● WHAT YOU SHOULD DO:
Return the lines below exactly, from the first one through the line that has "chamfer7_edges = [part.edges().sort_by_distance(p)[0]". Leave out everything after it.

● INPUT DATA:
..............................

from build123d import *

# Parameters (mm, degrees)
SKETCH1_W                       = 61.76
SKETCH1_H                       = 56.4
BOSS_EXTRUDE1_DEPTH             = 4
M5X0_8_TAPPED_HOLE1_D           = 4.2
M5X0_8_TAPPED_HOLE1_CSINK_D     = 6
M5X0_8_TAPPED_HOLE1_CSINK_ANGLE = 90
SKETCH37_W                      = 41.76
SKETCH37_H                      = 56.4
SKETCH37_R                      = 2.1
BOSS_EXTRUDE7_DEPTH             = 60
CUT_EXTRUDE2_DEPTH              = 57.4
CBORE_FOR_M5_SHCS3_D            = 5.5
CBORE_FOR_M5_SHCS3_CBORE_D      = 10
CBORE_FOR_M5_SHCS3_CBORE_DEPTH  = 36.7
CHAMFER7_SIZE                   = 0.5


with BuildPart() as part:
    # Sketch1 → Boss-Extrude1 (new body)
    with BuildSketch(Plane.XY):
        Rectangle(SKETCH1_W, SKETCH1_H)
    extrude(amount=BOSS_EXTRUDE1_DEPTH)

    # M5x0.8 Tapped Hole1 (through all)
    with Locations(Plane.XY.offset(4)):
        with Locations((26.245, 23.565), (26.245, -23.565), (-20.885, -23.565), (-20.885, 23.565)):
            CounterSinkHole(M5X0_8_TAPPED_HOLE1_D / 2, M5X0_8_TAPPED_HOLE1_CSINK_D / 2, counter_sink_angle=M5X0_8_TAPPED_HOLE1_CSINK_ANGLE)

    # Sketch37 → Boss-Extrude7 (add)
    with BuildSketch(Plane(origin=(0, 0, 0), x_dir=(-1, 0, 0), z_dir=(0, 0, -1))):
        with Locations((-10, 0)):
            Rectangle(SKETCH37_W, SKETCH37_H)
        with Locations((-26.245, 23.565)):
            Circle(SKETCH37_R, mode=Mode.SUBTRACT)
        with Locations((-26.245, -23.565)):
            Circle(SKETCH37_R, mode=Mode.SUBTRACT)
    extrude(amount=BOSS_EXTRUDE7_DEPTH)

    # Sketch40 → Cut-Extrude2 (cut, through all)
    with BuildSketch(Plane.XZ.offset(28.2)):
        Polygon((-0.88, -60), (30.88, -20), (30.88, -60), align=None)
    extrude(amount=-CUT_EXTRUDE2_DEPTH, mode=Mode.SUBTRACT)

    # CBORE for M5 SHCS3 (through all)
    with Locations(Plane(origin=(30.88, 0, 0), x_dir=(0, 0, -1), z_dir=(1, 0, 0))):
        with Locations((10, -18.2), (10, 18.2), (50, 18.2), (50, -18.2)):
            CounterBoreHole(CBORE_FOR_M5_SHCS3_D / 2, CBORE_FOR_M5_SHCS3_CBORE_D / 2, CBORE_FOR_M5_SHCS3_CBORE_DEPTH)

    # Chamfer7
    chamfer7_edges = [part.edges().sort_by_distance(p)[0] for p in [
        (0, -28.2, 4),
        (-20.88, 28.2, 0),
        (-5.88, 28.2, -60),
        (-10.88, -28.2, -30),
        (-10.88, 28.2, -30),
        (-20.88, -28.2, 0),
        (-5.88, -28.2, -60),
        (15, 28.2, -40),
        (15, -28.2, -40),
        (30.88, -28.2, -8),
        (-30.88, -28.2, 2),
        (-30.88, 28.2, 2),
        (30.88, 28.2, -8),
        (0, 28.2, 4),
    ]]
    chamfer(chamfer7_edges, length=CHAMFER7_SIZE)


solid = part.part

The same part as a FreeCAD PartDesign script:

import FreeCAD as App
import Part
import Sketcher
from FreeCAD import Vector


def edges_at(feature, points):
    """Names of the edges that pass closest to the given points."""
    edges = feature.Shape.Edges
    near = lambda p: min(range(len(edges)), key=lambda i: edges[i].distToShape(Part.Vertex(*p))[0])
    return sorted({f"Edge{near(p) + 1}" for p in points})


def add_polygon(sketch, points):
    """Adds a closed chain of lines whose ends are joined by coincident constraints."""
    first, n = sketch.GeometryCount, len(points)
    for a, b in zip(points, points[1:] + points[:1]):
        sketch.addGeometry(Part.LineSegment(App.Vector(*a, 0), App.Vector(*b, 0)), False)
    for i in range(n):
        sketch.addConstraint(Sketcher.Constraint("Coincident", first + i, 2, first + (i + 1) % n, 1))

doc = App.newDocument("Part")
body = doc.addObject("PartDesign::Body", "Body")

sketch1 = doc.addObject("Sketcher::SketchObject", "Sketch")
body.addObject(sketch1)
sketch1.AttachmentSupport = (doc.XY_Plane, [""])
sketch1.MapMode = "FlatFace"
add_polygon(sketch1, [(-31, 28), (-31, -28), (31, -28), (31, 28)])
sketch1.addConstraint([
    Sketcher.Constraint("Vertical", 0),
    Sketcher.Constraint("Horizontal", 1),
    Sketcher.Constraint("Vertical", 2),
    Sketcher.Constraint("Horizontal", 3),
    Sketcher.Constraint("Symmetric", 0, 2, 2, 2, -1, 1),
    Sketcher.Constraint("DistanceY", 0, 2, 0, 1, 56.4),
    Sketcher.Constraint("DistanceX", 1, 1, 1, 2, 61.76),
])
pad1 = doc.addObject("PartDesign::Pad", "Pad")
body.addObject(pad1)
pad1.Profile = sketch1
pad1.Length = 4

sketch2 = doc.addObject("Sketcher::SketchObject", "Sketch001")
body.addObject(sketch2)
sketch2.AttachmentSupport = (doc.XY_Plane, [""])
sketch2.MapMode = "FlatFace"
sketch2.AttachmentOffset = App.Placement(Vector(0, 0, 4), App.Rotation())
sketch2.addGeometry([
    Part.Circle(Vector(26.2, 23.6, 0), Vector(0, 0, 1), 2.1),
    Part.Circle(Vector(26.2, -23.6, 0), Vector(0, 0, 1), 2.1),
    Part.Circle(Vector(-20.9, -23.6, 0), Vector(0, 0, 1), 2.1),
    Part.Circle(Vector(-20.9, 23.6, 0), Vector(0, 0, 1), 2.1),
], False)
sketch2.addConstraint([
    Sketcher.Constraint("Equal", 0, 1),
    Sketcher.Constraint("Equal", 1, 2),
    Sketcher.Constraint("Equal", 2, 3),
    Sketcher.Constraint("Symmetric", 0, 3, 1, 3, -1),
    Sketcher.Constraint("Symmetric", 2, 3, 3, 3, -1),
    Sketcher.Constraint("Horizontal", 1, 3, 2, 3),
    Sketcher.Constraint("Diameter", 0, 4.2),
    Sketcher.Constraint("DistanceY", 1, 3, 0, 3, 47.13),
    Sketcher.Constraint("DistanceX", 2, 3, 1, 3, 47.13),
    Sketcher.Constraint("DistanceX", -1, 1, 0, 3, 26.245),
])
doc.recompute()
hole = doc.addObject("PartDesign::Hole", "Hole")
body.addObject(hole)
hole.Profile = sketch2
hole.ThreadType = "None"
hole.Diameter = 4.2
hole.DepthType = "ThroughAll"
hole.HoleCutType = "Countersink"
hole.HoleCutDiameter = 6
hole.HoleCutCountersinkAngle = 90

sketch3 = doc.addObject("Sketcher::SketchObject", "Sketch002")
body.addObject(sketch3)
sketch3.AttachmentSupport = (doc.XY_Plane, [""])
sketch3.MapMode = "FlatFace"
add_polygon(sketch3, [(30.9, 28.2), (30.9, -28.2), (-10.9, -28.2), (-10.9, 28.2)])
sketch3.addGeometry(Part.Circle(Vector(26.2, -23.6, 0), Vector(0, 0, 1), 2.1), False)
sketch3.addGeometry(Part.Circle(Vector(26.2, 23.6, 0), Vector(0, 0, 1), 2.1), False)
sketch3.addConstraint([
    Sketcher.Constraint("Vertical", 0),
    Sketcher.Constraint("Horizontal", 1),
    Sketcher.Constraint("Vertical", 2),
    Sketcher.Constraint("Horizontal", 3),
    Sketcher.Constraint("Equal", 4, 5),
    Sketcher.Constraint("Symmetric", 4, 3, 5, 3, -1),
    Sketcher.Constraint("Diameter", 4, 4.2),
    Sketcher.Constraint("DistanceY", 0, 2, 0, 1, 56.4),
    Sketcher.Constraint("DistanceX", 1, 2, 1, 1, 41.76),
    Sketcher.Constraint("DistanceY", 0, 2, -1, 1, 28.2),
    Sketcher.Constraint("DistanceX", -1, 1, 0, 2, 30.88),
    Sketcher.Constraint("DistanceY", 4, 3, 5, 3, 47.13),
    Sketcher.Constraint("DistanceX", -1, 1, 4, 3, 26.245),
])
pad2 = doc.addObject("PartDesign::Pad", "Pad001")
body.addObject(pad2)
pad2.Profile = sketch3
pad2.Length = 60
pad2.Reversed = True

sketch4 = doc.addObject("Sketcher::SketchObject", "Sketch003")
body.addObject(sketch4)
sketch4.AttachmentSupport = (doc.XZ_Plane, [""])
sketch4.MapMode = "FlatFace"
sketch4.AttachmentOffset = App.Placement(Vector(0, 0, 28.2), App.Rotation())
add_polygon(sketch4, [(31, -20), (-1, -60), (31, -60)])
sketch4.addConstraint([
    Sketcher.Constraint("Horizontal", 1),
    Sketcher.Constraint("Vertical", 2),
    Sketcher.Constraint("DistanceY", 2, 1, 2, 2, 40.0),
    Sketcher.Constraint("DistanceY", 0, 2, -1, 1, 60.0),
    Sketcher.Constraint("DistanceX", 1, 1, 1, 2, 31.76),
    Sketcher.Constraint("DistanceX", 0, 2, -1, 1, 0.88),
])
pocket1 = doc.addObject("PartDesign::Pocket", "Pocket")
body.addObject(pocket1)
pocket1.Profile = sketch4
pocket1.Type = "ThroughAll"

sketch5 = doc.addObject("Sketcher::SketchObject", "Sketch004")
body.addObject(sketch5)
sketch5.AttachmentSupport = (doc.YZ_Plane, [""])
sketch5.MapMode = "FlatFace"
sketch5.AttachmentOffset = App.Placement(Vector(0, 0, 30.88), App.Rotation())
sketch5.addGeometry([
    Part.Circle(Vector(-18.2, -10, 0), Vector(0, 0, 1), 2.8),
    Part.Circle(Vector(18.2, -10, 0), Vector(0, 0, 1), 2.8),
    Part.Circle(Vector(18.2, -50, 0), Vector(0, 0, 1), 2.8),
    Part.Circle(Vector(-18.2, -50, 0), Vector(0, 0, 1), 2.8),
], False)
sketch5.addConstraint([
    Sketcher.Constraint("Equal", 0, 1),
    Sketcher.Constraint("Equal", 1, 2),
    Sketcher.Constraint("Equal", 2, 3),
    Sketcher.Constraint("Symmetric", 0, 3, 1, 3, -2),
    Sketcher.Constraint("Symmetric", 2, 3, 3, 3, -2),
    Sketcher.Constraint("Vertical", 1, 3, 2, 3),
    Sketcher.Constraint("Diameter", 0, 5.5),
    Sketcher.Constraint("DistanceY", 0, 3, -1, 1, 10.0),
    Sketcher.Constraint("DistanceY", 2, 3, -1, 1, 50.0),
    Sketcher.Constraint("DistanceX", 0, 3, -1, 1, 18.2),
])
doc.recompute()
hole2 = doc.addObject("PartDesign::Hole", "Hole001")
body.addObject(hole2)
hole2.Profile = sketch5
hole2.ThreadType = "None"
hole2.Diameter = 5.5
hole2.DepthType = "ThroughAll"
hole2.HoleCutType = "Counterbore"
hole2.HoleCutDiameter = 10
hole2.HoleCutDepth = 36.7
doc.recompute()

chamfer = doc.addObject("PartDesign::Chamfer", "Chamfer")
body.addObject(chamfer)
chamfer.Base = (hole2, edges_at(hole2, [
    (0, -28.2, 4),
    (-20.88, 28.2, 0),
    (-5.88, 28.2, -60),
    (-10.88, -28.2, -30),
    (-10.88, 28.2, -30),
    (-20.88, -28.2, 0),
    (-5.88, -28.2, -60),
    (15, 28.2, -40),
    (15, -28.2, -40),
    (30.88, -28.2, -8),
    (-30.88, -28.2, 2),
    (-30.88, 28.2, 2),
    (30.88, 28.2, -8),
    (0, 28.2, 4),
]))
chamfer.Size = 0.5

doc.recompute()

..............................

● YOUR RESPONSE:
from build123d import *

# Parameters (mm, degrees)
SKETCH1_W                       = 61.76
SKETCH1_H                       = 56.4
BOSS_EXTRUDE1_DEPTH             = 4
M5X0_8_TAPPED_HOLE1_D           = 4.2
M5X0_8_TAPPED_HOLE1_CSINK_D     = 6
M5X0_8_TAPPED_HOLE1_CSINK_ANGLE = 90
SKETCH37_W                      = 41.76
SKETCH37_H                      = 56.4
SKETCH37_R                      = 2.1
BOSS_EXTRUDE7_DEPTH             = 60
CUT_EXTRUDE2_DEPTH              = 57.4
CBORE_FOR_M5_SHCS3_D            = 5.5
CBORE_FOR_M5_SHCS3_CBORE_D      = 10
CBORE_FOR_M5_SHCS3_CBORE_DEPTH  = 36.7
CHAMFER7_SIZE                   = 0.5


with BuildPart() as part:
    # Sketch1 → Boss-Extrude1 (new body)
    with BuildSketch(Plane.XY):
        Rectangle(SKETCH1_W, SKETCH1_H)
    extrude(amount=BOSS_EXTRUDE1_DEPTH)

    # M5x0.8 Tapped Hole1 (through all)
    with Locations(Plane.XY.offset(4)):
        with Locations((26.245, 23.565), (26.245, -23.565), (-20.885, -23.565), (-20.885, 23.565)):
            CounterSinkHole(M5X0_8_TAPPED_HOLE1_D / 2, M5X0_8_TAPPED_HOLE1_CSINK_D / 2, counter_sink_angle=M5X0_8_TAPPED_HOLE1_CSINK_ANGLE)

    # Sketch37 → Boss-Extrude7 (add)
    with BuildSketch(Plane(origin=(0, 0, 0), x_dir=(-1, 0, 0), z_dir=(0, 0, -1))):
        with Locations((-10, 0)):
            Rectangle(SKETCH37_W, SKETCH37_H)
        with Locations((-26.245, 23.565)):
            Circle(SKETCH37_R, mode=Mode.SUBTRACT)
        with Locations((-26.245, -23.565)):
            Circle(SKETCH37_R, mode=Mode.SUBTRACT)
    extrude(amount=BOSS_EXTRUDE7_DEPTH)

    # Sketch40 → Cut-Extrude2 (cut, through all)
    with BuildSketch(Plane.XZ.offset(28.2)):
        Polygon((-0.88, -60), (30.88, -20), (30.88, -60), align=None)
    extrude(amount=-CUT_EXTRUDE2_DEPTH, mode=Mode.SUBTRACT)

    # CBORE for M5 SHCS3 (through all)
    with Locations(Plane(origin=(30.88, 0, 0), x_dir=(0, 0, -1), z_dir=(1, 0, 0))):
        with Locations((10, -18.2), (10, 18.2), (50, 18.2), (50, -18.2)):
            CounterBoreHole(CBORE_FOR_M5_SHCS3_D / 2, CBORE_FOR_M5_SHCS3_CBORE_D / 2, CBORE_FOR_M5_SHCS3_CBORE_DEPTH)

    # Chamfer7
    chamfer7_edges = [part.edges().sort_by_distance(p)[0] for p in [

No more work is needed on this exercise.